What is expected → The stretch wanted below opens at the line containing "f 370 369 363" and closes at the line containing "f 315 318 293". Please return it exactly, with no other lines.

Information supplied →

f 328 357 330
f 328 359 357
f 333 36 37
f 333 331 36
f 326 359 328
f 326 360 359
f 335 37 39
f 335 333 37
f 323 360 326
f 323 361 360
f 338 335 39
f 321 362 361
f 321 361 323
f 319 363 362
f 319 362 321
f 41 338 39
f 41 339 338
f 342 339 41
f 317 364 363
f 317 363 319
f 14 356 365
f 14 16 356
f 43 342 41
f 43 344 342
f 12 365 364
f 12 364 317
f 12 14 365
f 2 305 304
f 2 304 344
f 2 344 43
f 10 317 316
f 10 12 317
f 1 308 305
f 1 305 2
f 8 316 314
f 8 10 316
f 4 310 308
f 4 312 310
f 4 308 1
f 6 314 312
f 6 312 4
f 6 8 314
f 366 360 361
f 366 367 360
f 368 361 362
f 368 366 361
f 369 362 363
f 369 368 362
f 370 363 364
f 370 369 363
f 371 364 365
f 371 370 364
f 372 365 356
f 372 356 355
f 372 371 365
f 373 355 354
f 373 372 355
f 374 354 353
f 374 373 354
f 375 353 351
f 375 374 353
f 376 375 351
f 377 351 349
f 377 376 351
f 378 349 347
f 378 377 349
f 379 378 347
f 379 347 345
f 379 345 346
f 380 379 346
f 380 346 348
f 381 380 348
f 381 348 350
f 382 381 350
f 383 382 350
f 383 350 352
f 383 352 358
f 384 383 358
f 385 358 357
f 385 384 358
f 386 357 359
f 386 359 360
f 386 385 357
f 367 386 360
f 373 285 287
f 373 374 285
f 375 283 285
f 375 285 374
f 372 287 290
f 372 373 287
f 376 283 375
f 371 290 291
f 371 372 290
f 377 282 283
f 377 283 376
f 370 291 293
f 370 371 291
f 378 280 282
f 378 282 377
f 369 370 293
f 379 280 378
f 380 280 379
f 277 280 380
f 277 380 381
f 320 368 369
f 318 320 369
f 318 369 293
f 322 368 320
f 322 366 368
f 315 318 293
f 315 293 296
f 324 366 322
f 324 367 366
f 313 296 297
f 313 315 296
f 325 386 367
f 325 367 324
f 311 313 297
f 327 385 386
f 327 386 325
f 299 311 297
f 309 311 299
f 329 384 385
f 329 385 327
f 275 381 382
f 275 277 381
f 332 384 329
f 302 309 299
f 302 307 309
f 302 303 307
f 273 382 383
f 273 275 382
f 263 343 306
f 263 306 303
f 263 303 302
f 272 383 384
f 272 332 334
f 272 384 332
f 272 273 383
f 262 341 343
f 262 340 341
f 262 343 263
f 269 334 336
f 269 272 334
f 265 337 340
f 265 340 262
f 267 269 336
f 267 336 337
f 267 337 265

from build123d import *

Result →
f 370 369 363
f 371 364 365
f 371 370 364
f 372 365 356
f 372 356 355
f 372 371 365
f 373 355 354
f 373 372 355
f 374 354 353
f 374 373 354
f 375 353 351
f 375 374 353
f 376 375 351
f 377 351 349
f 377 376 351
f 378 349 347
f 378 377 349
f 379 378 347
f 379 347 345
f 379 345 346
f 380 379 346
f 380 346 348
f 381 380 348
f 381 348 350
f 382 381 350
f 383 382 350
f 383 350 352
f 383 352 358
f 384 383 358
f 385 358 357
f 385 384 358
f 386 357 359
f 386 359 360
f 386 385 357
f 367 386 360
f 373 285 287
f 373 374 285
f 375 283 285
f 375 285 374
f 372 287 290
f 372 373 287
f 376 283 375
f 371 290 291
f 371 372 290
f 377 282 283
f 377 283 376
f 370 291 293
f 370 371 291
f 378 280 282
f 378 282 377
f 369 370 293
f 379 280 378
f 380 280 379
f 277 280 380
f 277 380 381
f 320 368 369
f 318 320 369
f 318 369 293
f 322 368 320
f 322 366 368
f 315 318 293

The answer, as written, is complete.